Esper says he opposes using Insurrection Act day after Fort Drum troops deploy

Fort Drum troops sent to DC area

WASHINGTON (WWNY) - Secretary of Defense Mark Esper says he doesn’t support invoking the Insurrection Act to use active-duty military to stop violent protests.

Esper said that at a news conference at the Pentagon Wednesday morning, the day after a military police unit from Fort Drum was sent to the Washington, D.C. area.

The Insurrection Act forbids the use of active-duty troops in police roles except in extreme circumstances.

"The option to use active duty forces in a law enforcement role should only be used as a matter of last resort, and only in the most urgent and dire of situations. We are not in one of those situations now. I do not support invoking the Insurrection Act," Esper said.

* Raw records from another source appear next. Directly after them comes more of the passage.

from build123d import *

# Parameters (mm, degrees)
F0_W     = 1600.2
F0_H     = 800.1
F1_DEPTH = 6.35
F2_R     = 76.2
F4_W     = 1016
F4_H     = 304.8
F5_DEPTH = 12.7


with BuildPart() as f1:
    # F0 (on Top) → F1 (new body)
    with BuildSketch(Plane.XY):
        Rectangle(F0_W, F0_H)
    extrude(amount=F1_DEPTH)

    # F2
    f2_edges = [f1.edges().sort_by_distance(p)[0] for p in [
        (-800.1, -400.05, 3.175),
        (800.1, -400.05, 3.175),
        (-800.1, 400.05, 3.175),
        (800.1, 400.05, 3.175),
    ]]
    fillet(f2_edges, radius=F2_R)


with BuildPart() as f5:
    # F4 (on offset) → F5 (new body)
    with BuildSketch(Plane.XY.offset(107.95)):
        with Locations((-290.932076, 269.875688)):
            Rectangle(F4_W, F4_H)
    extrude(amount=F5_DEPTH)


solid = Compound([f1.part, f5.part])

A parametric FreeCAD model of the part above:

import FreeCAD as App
import Part
import Sketcher
from FreeCAD import Vector
Q = App.Units.Quantity


def edges_at(feature, points):
    """Names of the edges that pass closest to the given points."""
    edges = feature.Shape.Edges
    near = lambda p: min(range(len(edges)), key=lambda i: edges[i].distToShape(Part.Vertex(*p))[0])
    return sorted({f"Edge{near(p) + 1}" for p in points})

doc = App.newDocument("Part")
body = doc.addObject("PartDesign::Body", "Body")

sketch1 = body.newObject("Sketcher::SketchObject", "Sketch")
sketch1.AttachmentSupport = (doc.getObject("XY_Plane"), [""])
sketch1.MapMode = "FlatFace"
sketch1.addGeometry([
    Part.LineSegment(Vector(-800, 400, 0), Vector(-800, -400, 0)),
    Part.LineSegment(Vector(-800, -400, 0), Vector(800, -400, 0)),
    Part.LineSegment(Vector(800, -400, 0), Vector(800, 400, 0)),
    Part.LineSegment(Vector(800, 400, 0), Vector(-800, 400, 0)),
], False)
sketch1.addConstraint([
    Sketcher.Constraint("Coincident", 0, 2, 1, 1),
    Sketcher.Constraint("Coincident", 1, 2, 2, 1),
    Sketcher.Constraint("Coincident", 2, 2, 3, 1),
    Sketcher.Constraint("Coincident", 3, 2, 0, 1),
    Sketcher.Constraint("Vertical", 0),
    Sketcher.Constraint("Horizontal", 1),
    Sketcher.Constraint("Vertical", 2),
    Sketcher.Constraint("Horizontal", 3),
    Sketcher.Constraint("Symmetric", 0, 2, 2, 2, -1, 1),
    Sketcher.Constraint("DistanceX", 1, 1, 1, 2, Q("63 in")),
    Sketcher.Constraint("DistanceY", 0, 2, 0, 1, Q("31.5 in")),
])
pad1 = body.newObject("PartDesign::Pad", "Pad")
pad1.Profile = sketch1
pad1.Length = Q("0.25 in")
doc.recompute()

fillet = body.newObject("PartDesign::Fillet", "Fillet")
fillet.Base = (pad1, edges_at(pad1, [
    (-800.1, -400.05, 3.175),
    (800.1, -400.05, 3.175),
    (-800.1, 400.05, 3.175),
    (800.1, 400.05, 3.175),
]))
fillet.Radius = Q("3 in")
body2 = doc.addObject("PartDesign::Body", "Body001")

sketch2 = body2.newObject("Sketcher::SketchObject", "Sketch001")
sketch2.AttachmentSupport = (doc.getObject("XY_Plane001"), [""])
sketch2.MapMode = "FlatFace"
sketch2.AttachmentOffset = App.Placement(Vector(0, 0, 4.25 * 25.4), App.Rotation())
sketch2.addGeometry([
    Part.LineSegment(Vector(-799, 422, 0), Vector(-799, 117, 0)),
    Part.LineSegment(Vector(-799, 117, 0), Vector(217, 117, 0)),
    Part.LineSegment(Vector(217, 117, 0), Vector(217, 422, 0)),
    Part.LineSegment(Vector(217, 422, 0), Vector(-799, 422, 0)),
], False)
sketch2.addConstraint([
    Sketcher.Constraint("Coincident", 0, 2, 1, 1),
    Sketcher.Constraint("Coincident", 1, 2, 2, 1),
    Sketcher.Constraint("Coincident", 2, 2, 3, 1),
    Sketcher.Constraint("Coincident", 3, 2, 0, 1),
    Sketcher.Constraint("Vertical", 0),
    Sketcher.Constraint("Horizontal", 1),
    Sketcher.Constraint("Vertical", 2),
    Sketcher.Constraint("Horizontal", 3),
    Sketcher.Constraint("DistanceX", 1, 1, 1, 2, Q("40 in")),
    Sketcher.Constraint("DistanceY", 0, 2, 0, 1, Q("12 in")),
    Sketcher.Constraint("DistanceY", -1, 1, 0, 2, 117.475688),
    Sketcher.Constraint("DistanceX", 0, 2, -1, 1, 798.932076),
])
pad2 = body2.newObject("PartDesign::Pad", "Pad001")
pad2.Profile = sketch2
pad2.Length = Q("0.5 in")

doc.recompute()
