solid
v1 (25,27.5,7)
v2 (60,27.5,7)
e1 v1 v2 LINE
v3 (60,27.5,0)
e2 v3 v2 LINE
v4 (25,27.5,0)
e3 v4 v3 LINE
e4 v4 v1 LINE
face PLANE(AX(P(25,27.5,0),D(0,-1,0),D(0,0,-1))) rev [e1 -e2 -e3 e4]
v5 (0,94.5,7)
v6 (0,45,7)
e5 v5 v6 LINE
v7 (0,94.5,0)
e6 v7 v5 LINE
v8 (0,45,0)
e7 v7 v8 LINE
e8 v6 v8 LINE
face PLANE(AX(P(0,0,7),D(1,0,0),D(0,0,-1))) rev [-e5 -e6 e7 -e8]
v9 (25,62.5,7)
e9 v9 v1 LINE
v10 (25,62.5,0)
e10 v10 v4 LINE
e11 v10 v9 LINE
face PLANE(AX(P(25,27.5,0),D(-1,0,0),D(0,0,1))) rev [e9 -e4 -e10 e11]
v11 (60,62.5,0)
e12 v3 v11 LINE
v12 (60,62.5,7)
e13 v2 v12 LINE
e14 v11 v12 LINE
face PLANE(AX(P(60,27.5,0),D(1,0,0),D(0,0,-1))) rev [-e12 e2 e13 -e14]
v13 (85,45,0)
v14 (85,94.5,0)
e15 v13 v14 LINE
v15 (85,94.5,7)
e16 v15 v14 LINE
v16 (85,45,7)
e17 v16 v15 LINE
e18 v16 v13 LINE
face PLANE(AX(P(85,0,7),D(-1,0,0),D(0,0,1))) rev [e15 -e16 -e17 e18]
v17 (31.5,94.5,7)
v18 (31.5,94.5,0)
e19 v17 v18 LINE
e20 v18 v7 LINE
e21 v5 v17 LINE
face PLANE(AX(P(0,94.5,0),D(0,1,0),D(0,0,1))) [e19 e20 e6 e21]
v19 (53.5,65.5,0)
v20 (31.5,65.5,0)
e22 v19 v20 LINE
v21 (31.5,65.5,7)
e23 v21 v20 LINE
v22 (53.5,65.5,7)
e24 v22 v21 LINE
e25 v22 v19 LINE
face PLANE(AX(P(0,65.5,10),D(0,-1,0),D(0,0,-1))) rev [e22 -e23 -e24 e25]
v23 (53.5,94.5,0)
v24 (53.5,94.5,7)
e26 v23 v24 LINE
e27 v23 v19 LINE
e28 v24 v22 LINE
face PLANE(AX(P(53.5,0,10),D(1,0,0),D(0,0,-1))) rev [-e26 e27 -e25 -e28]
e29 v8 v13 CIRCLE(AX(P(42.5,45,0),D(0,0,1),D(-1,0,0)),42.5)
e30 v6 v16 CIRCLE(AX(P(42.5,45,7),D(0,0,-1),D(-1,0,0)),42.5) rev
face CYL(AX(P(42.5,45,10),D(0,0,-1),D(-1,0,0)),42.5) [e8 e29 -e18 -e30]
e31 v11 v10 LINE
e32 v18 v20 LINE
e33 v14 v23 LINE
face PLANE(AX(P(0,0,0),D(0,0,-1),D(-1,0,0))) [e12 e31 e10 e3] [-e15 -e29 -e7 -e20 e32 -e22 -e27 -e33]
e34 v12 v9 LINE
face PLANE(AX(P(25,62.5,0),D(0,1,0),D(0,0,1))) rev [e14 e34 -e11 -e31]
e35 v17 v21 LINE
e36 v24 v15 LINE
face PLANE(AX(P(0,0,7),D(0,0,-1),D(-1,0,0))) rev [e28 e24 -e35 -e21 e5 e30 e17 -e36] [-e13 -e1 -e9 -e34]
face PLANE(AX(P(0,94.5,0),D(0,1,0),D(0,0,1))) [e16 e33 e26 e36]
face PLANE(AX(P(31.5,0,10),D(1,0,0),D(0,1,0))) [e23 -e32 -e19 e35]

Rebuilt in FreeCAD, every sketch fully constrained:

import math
import FreeCAD as App
import Part
import Sketcher

V = App.Vector
Q = App.Units.Quantity


def add_polygon(sketch, points):
    """Adds a closed chain of lines whose ends are joined by coincident constraints."""
    first, n = sketch.GeometryCount, len(points)
    for a, b in zip(points, points[1:] + points[:1]):
        sketch.addGeometry(Part.LineSegment(App.Vector(*a, 0), App.Vector(*b, 0)), False)
    for i in range(n):
        sketch.addConstraint(Sketcher.Constraint("Coincident", first + i, 2, first + (i + 1) % n, 1))

doc = App.newDocument("Part")
body = doc.addObject("PartDesign::Body", "Body")

sketch1 = body.newObject("Sketcher::SketchObject", "Sketch")
sketch1.AttachmentSupport = (doc.getObject("XY_Plane"), [""])
sketch1.MapMode = "FlatFace"
add_polygon(sketch1, [(0, 95), (0, 0), (85, 0), (85, 95)])
sketch1.addConstraint(Sketcher.Constraint("Vertical", 0))
sketch1.addConstraint(Sketcher.Constraint("Horizontal", 1))
sketch1.addConstraint(Sketcher.Constraint("Vertical", 2))
sketch1.addConstraint(Sketcher.Constraint("Horizontal", 3))
sketch1.addConstraint(Sketcher.Constraint("Coincident", 0, 2, -1, 1))
sketch1.addConstraint(Sketcher.Constraint("DistanceX", 1, 1, 1, 2, Q("85 mm")))
sketch1.addConstraint(Sketcher.Constraint("DistanceY", 0, 2, 0, 1, Q("95 mm")))
pad1 = body.newObject("PartDesign::Pad", "Pad")
pad1.Profile = sketch1
pad1.Length = 7

sketch2 = body.newObject("Sketcher::SketchObject", "Sketch001")
sketch2.AttachmentSupport = (doc.getObject("XY_Plane"), [""])
sketch2.MapMode = "FlatFace"
sketch2.AttachmentOffset = App.Placement(V(0, 0, 7), App.Rotation())
add_polygon(sketch2, [(25, 62), (25, 28), (60, 28), (60, 62)])
sketch2.addConstraint(Sketcher.Constraint("Vertical", 0))
sketch2.addConstraint(Sketcher.Constraint("Horizontal", 1))
sketch2.addConstraint(Sketcher.Constraint("Vertical", 2))
sketch2.addConstraint(Sketcher.Constraint("Horizontal", 3))
sketch2.addConstraint(Sketcher.Constraint("Equal", 3, 0))
sketch2.addConstraint(Sketcher.Constraint("DistanceX", 1, 1, 1, 2, Q("35 mm")))
sketch2.addConstraint(Sketcher.Constraint("DistanceX", -1, 1, 0, 2, Q("25 mm")))
sketch2.addConstraint(Sketcher.Constraint("DistanceY", -1, 1, 0, 2, Q("27.5 mm")))
pocket1 = body.newObject("PartDesign::Pocket", "Pocket")
pocket1.Profile = sketch2
pocket1.Length = 7

sketch3 = body.newObject("Sketcher::SketchObject", "Sketch002")
sketch3.AttachmentSupport = (doc.getObject("XY_Plane"), [""])
sketch3.MapMode = "FlatFace"
sketch3.addGeometry(Part.LineSegment(V(85, 45, 0), V(85, 0, 0)), False)
sketch3.addGeometry(Part.LineSegment(V(85, 0, 0), V(0, 0, 0)), False)
sketch3.addGeometry(Part.LineSegment(V(0, 0, 0), V(0, 45, 0)), False)
sketch3.addGeometry(Part.ArcOfCircle(Part.Circle(V(42, 45, 0), V(0, 0, 1), 42), math.radians(180), math.radians(360)), False)
sketch3.addConstraint(Sketcher.Constraint("Coincident", 0, 2, 1, 1))
sketch3.addConstraint(Sketcher.Constraint("Coincident", 1, 2, 2, 1))
sketch3.addConstraint(Sketcher.Constraint("Tangent", 2, 2, 3, 1))
sketch3.addConstraint(Sketcher.Constraint("Tangent", 3, 2, 0, 1))
sketch3.addConstraint(Sketcher.Constraint("Vertical", 0))
sketch3.addConstraint(Sketcher.Constraint("Horizontal", 1))
sketch3.addConstraint(Sketcher.Constraint("Vertical", 2))
sketch3.addConstraint(Sketcher.Constraint("Coincident", 1, 2, -1, 1))
sketch3.addConstraint(Sketcher.Constraint("Radius", 3, Q("42.5 mm")))
sketch3.addConstraint(Sketcher.Constraint("DistanceY", 0, 2, 0, 1, Q("45 mm")))
pocket2 = body.newObject("PartDesign::Pocket", "Pocket001")
pocket2.Profile = sketch3
pocket2.Length = 10
pocket2.Reversed = True

sketch4 = body.newObject("Sketcher::SketchObject", "Sketch003")
sketch4.AttachmentSupport = (doc.getObject("XY_Plane"), [""])
sketch4.MapMode = "FlatFace"
add_polygon(sketch4, [(54, 95), (54, 66), (32, 66), (32, 95)])
sketch4.addConstraint(Sketcher.Constraint("Vertical", 0))
sketch4.addConstraint(Sketcher.Constraint("Horizontal", 1))
sketch4.addConstraint(Sketcher.Constraint("Vertical", 2))
sketch4.addConstraint(Sketcher.Constraint("Horizontal", 3))
sketch4.addConstraint(Sketcher.Constraint("DistanceX", 1, 2, 1, 1, Q("22 mm")))
sketch4.addConstraint(Sketcher.Constraint("DistanceY", 0, 2, 0, 1, Q("29.5 mm")))
sketch4.addConstraint(Sketcher.Constraint("DistanceY", -1, 1, 2, 2, Q("95 mm")))
sketch4.addConstraint(Sketcher.Constraint("DistanceX", -1, 1, 0, 2, Q("53.5 mm")))
pocket3 = body.newObject("PartDesign::Pocket", "Pocket002")
pocket3.Profile = sketch4
pocket3.Length = 10
pocket3.Reversed = True

sketch5 = body.newObject("Sketcher::SketchObject", "Sketch004")
sketch5.AttachmentSupport = (doc.getObject("XZ_Plane"), [""])
sketch5.MapMode = "FlatFace"
sketch5.AttachmentOffset = App.Placement(V(0, 0, -95), App.Rotation())
add_polygon(sketch5, [(0, 0), (0, 7), (32, 7), (32, 0)])
add_polygon(sketch5, [(54, 0), (54, 7), (85, 7), (85, 0)])
sketch5.addConstraint(Sketcher.Constraint("Vertical", 0))
sketch5.addConstraint(Sketcher.Constraint("Horizontal", 1))
sketch5.addConstraint(Sketcher.Constraint("Vertical", 2))
sketch5.addConstraint(Sketcher.Constraint("Horizontal", 3))
sketch5.addConstraint(Sketcher.Constraint("Vertical", 4))
sketch5.addConstraint(Sketcher.Constraint("Horizontal", 5))
sketch5.addConstraint(Sketcher.Constraint("Vertical", 6))
sketch5.addConstraint(Sketcher.Constraint("Horizontal", 7))
sketch5.addConstraint(Sketcher.Constraint("Coincident", 3, 2, -1, 1))
sketch5.addConstraint(Sketcher.Constraint("PointOnObject", 6, 2, -1))
sketch5.addConstraint(Sketcher.Constraint("Horizontal", 1, 2, 4, 2))
sketch5.addConstraint(Sketcher.Constraint("Equal", 3, 5))
sketch5.addConstraint(Sketcher.Constraint("DistanceY", 0, 1, 0, 2, Q("7 mm")))
sketch5.addConstraint(Sketcher.Constraint("DistanceX", 1, 1, 1, 2, Q("31.5 mm")))
sketch5.addConstraint(Sketcher.Constraint("DistanceX", -1, 1, 5, 2, Q("85 mm")))
pocket4 = body.newObject("PartDesign::Pocket", "Pocket003")
pocket4.Profile = sketch5
pocket4.Length = 0.5
pocket4.Reversed = True

doc.recompute()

Esper’s comments directly contradict President Donald Trump, who has threatened to use the military if state and local governments don’t bring the protests under control.

Esper spoke as Trump took credit for a massive deployment of National Guard troops and federal law enforcement officers to the nation’s capital, saying it offered a model to states on how to quell protests nationwide.

Fort Drum’s 91st Military Police Battalion was sent to the D.C. area along with units from Fort Bragg, North Carolina.

In a release on Tuesday, defense officials called the move “a prudent planning measure in response to ongoing support to civil authorities operations.”

Washington has been one of several cities across the nation experiencing protests against racism and police brutality in the wake of the death of George Floyd, who was killed while in police custody. Some of those protests have turned violent.

In all, the Army is sending 1,600 troops to military bases in the capital region, but not into the city itself.

In the release, officials said the units are on heightened alert but are not actively supporting police efforts.